Copy out again, unchanged, the listing below from the line that has "f 200 174 210" through the line that has "f 211 225 144".
────────────────────────────────────────
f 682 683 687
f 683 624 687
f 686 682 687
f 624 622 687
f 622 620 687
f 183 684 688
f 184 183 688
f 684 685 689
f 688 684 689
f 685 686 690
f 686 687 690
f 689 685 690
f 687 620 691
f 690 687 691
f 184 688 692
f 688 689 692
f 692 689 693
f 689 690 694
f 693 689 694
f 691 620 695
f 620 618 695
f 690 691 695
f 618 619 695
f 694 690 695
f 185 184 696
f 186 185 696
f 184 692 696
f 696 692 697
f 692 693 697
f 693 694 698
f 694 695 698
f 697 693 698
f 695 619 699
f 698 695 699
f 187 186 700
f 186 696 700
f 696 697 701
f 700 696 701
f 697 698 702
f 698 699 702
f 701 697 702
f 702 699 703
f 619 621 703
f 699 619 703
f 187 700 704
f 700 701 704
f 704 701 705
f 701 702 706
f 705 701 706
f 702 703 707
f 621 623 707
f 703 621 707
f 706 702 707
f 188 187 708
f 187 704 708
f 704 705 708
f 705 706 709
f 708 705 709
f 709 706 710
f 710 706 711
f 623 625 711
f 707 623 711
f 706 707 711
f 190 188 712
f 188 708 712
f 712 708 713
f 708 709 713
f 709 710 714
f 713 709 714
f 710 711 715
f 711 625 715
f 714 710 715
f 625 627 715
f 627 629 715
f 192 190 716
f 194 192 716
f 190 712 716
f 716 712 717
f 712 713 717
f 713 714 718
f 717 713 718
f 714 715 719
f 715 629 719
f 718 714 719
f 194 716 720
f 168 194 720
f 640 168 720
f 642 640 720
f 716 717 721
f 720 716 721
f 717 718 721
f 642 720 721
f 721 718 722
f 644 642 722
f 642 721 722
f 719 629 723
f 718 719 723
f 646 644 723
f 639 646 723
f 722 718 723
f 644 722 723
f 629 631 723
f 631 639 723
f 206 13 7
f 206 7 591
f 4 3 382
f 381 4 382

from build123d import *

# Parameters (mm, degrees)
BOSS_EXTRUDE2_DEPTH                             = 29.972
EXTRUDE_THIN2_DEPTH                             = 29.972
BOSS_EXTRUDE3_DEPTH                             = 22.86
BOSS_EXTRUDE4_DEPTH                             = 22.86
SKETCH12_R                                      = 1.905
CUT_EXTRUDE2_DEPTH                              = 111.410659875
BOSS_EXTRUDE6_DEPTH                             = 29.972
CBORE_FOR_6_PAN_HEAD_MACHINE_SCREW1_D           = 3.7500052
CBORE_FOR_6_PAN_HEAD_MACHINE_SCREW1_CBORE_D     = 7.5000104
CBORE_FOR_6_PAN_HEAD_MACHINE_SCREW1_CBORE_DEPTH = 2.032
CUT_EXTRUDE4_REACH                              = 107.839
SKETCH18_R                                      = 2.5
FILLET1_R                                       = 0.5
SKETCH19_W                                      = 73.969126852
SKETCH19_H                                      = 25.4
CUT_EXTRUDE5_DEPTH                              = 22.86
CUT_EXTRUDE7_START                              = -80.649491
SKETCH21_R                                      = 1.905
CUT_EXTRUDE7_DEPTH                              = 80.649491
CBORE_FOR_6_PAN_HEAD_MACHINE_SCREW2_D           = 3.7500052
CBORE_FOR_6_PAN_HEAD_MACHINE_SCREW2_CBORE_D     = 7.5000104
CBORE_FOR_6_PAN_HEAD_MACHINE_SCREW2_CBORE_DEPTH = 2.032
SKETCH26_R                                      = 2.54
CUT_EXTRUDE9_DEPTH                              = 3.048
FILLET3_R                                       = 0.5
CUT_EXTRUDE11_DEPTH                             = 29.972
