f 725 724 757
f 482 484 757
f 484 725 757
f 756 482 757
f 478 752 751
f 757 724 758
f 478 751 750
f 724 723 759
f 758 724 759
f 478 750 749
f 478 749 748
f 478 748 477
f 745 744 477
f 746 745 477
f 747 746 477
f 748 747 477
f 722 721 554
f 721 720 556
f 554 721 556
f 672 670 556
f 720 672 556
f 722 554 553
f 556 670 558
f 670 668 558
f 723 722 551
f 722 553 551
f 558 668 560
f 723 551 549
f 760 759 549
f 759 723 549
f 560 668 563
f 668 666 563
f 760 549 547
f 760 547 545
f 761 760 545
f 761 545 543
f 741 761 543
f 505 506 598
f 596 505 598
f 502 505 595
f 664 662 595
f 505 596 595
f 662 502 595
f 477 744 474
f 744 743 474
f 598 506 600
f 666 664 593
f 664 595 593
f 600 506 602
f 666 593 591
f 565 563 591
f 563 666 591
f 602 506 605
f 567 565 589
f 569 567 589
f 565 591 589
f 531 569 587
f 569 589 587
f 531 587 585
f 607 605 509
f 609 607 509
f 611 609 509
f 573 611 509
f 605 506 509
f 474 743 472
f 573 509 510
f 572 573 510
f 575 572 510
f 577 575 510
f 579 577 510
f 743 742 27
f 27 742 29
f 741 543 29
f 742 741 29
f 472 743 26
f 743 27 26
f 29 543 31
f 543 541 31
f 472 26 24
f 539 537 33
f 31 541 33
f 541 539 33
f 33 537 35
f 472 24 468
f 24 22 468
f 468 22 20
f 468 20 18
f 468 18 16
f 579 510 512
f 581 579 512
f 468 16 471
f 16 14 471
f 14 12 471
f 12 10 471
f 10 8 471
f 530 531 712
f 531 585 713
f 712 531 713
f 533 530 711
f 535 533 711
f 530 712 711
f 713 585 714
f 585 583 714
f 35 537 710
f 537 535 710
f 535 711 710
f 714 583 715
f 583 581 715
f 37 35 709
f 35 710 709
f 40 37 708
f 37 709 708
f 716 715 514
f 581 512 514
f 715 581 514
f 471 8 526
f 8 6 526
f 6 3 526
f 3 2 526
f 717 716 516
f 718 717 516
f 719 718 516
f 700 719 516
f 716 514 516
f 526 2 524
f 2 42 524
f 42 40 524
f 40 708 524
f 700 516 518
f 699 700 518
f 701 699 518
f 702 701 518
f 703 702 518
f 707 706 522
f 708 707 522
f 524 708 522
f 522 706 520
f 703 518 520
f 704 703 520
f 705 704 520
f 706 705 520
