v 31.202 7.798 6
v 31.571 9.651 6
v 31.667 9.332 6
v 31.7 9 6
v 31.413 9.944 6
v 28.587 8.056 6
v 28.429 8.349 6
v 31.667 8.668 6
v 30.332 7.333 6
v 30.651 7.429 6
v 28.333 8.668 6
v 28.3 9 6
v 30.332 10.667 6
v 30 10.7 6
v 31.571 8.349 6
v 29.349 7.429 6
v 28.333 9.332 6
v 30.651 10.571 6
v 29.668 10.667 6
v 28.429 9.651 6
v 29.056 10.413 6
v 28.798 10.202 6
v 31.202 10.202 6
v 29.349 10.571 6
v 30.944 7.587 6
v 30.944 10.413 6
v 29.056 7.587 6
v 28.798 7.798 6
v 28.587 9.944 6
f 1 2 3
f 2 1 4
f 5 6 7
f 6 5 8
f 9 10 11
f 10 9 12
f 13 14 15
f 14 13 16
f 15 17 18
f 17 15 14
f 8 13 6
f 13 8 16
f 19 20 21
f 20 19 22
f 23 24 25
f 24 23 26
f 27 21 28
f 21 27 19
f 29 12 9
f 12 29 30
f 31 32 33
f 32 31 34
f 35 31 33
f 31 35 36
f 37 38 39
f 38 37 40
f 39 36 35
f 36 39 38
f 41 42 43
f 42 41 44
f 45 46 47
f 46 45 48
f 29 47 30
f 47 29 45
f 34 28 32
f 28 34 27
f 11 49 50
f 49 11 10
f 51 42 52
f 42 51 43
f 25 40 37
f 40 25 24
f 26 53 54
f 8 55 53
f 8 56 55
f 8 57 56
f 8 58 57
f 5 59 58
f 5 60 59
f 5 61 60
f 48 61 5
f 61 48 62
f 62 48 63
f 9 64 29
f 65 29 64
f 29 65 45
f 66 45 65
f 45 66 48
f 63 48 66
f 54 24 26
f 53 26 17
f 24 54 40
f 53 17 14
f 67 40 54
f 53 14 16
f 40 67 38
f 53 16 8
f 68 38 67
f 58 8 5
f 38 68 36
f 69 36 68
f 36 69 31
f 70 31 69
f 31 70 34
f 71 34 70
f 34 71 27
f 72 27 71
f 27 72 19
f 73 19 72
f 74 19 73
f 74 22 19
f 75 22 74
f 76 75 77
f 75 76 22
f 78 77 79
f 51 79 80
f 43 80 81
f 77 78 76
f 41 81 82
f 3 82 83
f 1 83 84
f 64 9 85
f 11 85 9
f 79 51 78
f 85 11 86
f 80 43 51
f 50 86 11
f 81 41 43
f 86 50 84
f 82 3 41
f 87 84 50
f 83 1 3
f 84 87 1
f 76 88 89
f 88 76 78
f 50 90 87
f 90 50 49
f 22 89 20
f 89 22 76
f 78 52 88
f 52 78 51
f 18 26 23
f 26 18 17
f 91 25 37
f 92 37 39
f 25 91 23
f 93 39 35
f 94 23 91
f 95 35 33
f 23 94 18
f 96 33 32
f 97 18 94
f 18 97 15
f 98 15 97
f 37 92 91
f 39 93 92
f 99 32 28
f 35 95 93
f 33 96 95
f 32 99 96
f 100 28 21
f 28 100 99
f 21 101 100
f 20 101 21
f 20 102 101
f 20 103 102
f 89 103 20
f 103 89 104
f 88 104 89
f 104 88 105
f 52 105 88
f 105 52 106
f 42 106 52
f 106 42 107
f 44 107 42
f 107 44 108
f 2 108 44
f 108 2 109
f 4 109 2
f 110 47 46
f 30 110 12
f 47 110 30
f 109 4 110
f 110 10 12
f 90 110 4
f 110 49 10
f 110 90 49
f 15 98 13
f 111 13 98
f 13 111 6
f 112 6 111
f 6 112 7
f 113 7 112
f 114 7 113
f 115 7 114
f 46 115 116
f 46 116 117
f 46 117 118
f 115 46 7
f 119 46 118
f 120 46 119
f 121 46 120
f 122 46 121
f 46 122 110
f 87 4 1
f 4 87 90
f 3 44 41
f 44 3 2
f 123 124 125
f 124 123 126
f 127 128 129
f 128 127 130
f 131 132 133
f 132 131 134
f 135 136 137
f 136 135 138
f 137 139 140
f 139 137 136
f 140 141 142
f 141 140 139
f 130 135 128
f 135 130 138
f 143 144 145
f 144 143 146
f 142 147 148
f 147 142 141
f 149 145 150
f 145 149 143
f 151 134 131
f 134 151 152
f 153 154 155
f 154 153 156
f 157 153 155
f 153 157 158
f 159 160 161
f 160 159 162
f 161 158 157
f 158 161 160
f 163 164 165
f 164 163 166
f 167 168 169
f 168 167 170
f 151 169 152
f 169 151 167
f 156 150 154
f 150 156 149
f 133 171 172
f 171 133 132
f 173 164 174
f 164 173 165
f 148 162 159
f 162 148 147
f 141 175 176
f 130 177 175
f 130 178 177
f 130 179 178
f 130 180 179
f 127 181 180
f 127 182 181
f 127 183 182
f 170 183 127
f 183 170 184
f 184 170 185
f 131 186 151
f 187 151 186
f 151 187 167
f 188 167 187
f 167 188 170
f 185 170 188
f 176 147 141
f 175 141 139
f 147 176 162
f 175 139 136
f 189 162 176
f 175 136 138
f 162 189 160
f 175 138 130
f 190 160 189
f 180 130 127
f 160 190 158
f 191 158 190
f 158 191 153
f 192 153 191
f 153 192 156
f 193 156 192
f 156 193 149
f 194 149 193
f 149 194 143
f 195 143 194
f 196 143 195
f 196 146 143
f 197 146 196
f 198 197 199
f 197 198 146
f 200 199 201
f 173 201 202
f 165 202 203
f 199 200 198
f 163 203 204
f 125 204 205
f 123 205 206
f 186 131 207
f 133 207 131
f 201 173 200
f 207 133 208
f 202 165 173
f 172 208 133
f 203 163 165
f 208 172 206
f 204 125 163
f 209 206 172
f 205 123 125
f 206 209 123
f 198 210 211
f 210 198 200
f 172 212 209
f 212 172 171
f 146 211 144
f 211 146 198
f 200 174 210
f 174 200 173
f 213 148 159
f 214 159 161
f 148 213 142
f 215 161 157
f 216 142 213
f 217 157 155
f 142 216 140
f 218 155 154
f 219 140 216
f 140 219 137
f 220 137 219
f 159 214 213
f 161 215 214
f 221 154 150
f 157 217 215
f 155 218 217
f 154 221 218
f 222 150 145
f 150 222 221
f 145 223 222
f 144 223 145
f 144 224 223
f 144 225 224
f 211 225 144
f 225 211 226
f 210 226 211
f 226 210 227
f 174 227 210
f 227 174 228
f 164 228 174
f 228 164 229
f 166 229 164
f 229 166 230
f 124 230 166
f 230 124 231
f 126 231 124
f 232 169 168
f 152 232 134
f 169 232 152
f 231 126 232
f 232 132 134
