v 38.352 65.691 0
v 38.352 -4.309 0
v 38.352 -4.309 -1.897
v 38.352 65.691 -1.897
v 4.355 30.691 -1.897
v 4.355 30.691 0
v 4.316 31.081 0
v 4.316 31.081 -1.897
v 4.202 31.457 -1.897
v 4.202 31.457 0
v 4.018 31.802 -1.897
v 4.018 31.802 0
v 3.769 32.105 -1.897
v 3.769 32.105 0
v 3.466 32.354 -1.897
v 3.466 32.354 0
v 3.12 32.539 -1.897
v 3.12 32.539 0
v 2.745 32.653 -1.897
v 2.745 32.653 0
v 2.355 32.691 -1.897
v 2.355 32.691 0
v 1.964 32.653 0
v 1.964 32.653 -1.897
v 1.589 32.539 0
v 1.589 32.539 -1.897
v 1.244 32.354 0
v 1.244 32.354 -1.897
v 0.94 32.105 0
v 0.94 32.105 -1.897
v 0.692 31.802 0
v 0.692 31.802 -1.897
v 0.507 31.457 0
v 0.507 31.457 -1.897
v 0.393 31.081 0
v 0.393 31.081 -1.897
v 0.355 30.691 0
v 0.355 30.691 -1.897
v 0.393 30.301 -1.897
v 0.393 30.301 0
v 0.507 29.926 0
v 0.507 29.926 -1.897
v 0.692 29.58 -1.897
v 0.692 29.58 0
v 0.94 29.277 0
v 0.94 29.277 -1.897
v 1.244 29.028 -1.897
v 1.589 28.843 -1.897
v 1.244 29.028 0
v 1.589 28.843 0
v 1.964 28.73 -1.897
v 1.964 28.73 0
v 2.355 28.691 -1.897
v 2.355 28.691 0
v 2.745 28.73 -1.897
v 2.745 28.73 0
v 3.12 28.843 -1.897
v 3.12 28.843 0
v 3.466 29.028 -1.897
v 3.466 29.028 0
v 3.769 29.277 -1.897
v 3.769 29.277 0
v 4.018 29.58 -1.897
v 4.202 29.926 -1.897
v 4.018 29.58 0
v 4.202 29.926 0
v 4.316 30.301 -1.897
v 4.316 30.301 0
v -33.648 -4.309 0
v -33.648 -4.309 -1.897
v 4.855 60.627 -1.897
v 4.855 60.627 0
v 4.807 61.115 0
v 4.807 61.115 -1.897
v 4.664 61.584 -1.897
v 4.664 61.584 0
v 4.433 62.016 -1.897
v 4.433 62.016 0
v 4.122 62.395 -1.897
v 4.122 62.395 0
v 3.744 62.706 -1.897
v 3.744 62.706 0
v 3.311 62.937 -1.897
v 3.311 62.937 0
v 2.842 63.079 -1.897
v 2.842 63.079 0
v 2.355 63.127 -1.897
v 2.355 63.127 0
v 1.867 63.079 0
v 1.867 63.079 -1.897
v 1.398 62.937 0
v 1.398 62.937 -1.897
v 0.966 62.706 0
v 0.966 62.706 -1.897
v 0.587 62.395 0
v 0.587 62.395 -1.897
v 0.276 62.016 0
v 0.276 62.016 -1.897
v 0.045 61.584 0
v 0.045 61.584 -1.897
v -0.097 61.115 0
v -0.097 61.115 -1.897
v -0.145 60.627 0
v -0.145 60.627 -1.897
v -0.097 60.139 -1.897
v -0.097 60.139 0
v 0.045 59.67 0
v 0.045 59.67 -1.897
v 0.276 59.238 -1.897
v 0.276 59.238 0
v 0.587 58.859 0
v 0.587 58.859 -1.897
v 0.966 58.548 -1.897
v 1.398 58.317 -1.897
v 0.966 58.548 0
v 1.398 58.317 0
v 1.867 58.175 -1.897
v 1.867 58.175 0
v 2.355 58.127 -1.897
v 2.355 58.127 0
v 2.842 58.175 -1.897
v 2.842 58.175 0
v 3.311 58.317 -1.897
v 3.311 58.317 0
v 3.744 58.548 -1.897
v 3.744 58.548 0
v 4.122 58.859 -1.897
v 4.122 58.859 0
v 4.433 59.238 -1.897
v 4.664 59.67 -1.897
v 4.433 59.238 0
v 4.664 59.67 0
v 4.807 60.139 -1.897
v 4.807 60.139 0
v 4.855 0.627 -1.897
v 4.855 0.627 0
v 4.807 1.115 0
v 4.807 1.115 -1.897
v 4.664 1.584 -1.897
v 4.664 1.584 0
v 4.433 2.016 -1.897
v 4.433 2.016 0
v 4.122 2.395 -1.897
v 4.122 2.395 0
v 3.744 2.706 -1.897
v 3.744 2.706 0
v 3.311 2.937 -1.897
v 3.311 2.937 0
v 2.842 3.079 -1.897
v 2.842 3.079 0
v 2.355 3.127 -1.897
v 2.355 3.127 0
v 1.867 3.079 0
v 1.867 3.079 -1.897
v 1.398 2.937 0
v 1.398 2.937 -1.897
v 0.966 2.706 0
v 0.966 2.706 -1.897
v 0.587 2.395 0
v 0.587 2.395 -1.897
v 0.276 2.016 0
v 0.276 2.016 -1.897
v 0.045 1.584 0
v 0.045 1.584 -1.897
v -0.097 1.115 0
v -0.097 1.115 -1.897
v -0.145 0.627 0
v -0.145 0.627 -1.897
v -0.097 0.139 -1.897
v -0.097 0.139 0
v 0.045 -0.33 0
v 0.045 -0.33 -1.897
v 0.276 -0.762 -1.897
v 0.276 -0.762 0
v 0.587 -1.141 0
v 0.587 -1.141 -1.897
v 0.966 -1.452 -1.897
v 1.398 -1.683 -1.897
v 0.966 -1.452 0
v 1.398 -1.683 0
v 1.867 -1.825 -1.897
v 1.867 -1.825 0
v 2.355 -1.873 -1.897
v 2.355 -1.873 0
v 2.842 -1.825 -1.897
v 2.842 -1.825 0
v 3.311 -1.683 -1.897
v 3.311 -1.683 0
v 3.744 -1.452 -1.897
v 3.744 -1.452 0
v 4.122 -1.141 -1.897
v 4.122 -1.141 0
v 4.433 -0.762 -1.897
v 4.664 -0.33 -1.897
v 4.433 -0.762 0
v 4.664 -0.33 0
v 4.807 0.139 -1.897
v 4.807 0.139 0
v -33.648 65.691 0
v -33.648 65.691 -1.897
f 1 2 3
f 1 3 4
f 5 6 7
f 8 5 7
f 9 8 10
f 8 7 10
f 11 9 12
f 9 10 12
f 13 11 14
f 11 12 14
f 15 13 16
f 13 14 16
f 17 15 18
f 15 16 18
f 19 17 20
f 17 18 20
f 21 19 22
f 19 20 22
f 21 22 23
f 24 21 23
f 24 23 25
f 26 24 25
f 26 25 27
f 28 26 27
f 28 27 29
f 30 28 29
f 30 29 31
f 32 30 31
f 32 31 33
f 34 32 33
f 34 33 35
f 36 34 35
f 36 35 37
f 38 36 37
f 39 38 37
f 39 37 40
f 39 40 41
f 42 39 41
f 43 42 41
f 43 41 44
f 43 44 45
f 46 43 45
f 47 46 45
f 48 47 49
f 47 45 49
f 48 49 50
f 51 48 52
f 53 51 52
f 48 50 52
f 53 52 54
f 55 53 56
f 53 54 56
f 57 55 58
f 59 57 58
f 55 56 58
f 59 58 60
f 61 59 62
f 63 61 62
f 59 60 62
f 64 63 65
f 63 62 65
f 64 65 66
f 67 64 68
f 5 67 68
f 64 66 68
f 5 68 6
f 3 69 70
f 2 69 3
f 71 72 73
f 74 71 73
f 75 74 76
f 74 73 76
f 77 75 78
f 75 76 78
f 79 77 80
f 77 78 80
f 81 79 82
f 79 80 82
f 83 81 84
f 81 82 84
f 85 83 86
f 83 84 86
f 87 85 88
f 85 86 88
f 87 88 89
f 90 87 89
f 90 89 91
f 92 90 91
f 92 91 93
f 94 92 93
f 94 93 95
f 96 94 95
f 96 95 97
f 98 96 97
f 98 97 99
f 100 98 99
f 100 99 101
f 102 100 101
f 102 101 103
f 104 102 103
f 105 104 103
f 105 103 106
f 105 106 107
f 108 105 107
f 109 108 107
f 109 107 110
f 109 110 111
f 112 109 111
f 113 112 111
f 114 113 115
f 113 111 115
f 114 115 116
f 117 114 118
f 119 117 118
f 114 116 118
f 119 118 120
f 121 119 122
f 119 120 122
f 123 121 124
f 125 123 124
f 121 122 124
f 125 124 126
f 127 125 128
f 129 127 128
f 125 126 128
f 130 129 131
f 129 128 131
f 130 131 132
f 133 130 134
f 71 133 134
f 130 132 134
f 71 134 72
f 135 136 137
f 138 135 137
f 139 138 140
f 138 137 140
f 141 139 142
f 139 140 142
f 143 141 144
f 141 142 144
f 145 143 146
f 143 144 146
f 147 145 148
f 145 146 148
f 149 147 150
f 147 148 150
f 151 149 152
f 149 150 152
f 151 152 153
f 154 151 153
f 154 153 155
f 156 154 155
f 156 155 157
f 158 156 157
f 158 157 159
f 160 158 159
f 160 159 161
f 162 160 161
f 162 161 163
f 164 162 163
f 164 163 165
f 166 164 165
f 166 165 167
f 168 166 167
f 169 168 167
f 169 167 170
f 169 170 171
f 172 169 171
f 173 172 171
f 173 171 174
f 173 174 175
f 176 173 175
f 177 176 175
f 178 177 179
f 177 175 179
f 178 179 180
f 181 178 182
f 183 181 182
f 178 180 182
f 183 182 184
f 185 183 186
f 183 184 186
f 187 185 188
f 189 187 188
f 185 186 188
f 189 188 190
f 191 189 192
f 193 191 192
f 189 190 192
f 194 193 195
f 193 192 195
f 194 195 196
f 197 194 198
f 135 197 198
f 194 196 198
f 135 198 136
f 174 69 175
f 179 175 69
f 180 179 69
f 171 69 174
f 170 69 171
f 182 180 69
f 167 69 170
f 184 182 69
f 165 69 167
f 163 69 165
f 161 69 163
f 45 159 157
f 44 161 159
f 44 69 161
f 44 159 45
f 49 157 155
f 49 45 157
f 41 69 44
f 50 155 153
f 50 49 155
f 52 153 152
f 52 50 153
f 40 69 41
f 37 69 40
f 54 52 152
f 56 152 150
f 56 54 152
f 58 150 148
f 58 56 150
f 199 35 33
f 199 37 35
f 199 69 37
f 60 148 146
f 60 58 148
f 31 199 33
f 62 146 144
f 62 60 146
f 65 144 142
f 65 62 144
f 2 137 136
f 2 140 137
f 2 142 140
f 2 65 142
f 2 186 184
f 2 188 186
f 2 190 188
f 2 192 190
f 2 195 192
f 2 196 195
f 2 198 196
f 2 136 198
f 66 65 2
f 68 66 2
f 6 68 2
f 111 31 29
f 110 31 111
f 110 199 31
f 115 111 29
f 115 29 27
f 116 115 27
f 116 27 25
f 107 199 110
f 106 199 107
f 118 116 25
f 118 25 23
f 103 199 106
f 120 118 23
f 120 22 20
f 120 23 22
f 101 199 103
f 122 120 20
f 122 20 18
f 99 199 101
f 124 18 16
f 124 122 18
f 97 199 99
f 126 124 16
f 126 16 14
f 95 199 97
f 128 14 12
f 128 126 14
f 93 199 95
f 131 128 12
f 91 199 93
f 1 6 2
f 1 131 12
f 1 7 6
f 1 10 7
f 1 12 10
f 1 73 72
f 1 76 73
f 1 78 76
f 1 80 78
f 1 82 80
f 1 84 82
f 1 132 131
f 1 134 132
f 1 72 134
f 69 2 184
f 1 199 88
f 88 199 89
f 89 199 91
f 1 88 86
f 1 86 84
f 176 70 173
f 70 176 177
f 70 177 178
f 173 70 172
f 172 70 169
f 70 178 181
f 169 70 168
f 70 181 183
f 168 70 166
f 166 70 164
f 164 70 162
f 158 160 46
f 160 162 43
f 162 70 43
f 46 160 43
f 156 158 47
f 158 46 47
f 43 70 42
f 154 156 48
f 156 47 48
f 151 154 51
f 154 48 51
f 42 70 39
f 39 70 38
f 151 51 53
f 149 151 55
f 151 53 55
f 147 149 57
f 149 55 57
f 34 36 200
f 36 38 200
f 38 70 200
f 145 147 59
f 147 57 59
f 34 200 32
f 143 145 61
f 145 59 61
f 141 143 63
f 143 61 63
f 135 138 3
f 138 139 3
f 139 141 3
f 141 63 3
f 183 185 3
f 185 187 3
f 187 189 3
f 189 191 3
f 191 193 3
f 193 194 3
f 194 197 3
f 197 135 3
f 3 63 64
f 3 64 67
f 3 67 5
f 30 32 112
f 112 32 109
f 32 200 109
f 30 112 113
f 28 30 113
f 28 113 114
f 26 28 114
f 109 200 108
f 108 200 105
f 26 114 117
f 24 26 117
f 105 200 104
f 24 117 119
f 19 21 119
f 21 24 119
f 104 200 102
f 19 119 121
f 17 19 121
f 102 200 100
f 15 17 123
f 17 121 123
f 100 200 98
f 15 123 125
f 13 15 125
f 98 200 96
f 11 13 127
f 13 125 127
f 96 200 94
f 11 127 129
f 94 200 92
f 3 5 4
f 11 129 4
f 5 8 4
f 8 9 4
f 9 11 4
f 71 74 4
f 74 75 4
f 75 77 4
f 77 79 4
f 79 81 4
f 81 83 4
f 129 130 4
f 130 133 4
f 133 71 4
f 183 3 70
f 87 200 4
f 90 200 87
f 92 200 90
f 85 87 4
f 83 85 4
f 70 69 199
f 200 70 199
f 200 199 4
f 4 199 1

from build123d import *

# Parameters (mm, degrees)
SKETCH1_W          = 72
SKETCH1_H          = 70
BASE_FLANGE1_DEPTH = 1.89738
SKETCH6_R          = 2.5
SKETCH6_R_2        = 2
CUT_EXTRUDE1_DEPTH = 2


# Sheet-metal steps are written as plain solids
with BuildPart() as part:
    # Sketch1 → Base-Flange1 (new body)
    with BuildSketch(Plane.XY):
        with Locations((2.352272727, 30.691243667)):
            Rectangle(SKETCH1_W, SKETCH1_H)
    extrude(amount=-BASE_FLANGE1_DEPTH)

    # Sketch6 → Cut-Extrude1 (cut)
    with BuildSketch(Plane.XY):
        with Locations((2.354647746, 60.626948244)):
            Circle(SKETCH6_R)
        with Locations((2.354647746, 0.626948244)):
            Circle(SKETCH6_R)
        with Locations((2.354647746, 30.691243667)):
            Circle(SKETCH6_R_2)
    extrude(amount=-CUT_EXTRUDE1_DEPTH, mode=Mode.SUBTRACT)


solid = part.part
────────────────────────────────────────
• _RESPONSE BELOW_
f 200 174 210
f 174 200 173
f 213 148 159
f 214 159 161
f 148 213 142
f 215 161 157
f 216 142 213
f 217 157 155
f 142 216 140
f 218 155 154
f 219 140 216
f 140 219 137
f 220 137 219
f 159 214 213
f 161 215 214
f 221 154 150
f 157 217 215
f 155 218 217
f 154 221 218
f 222 150 145
f 150 222 221
f 145 223 222
f 144 223 145
f 144 224 223
f 144 225 224
f 211 225 144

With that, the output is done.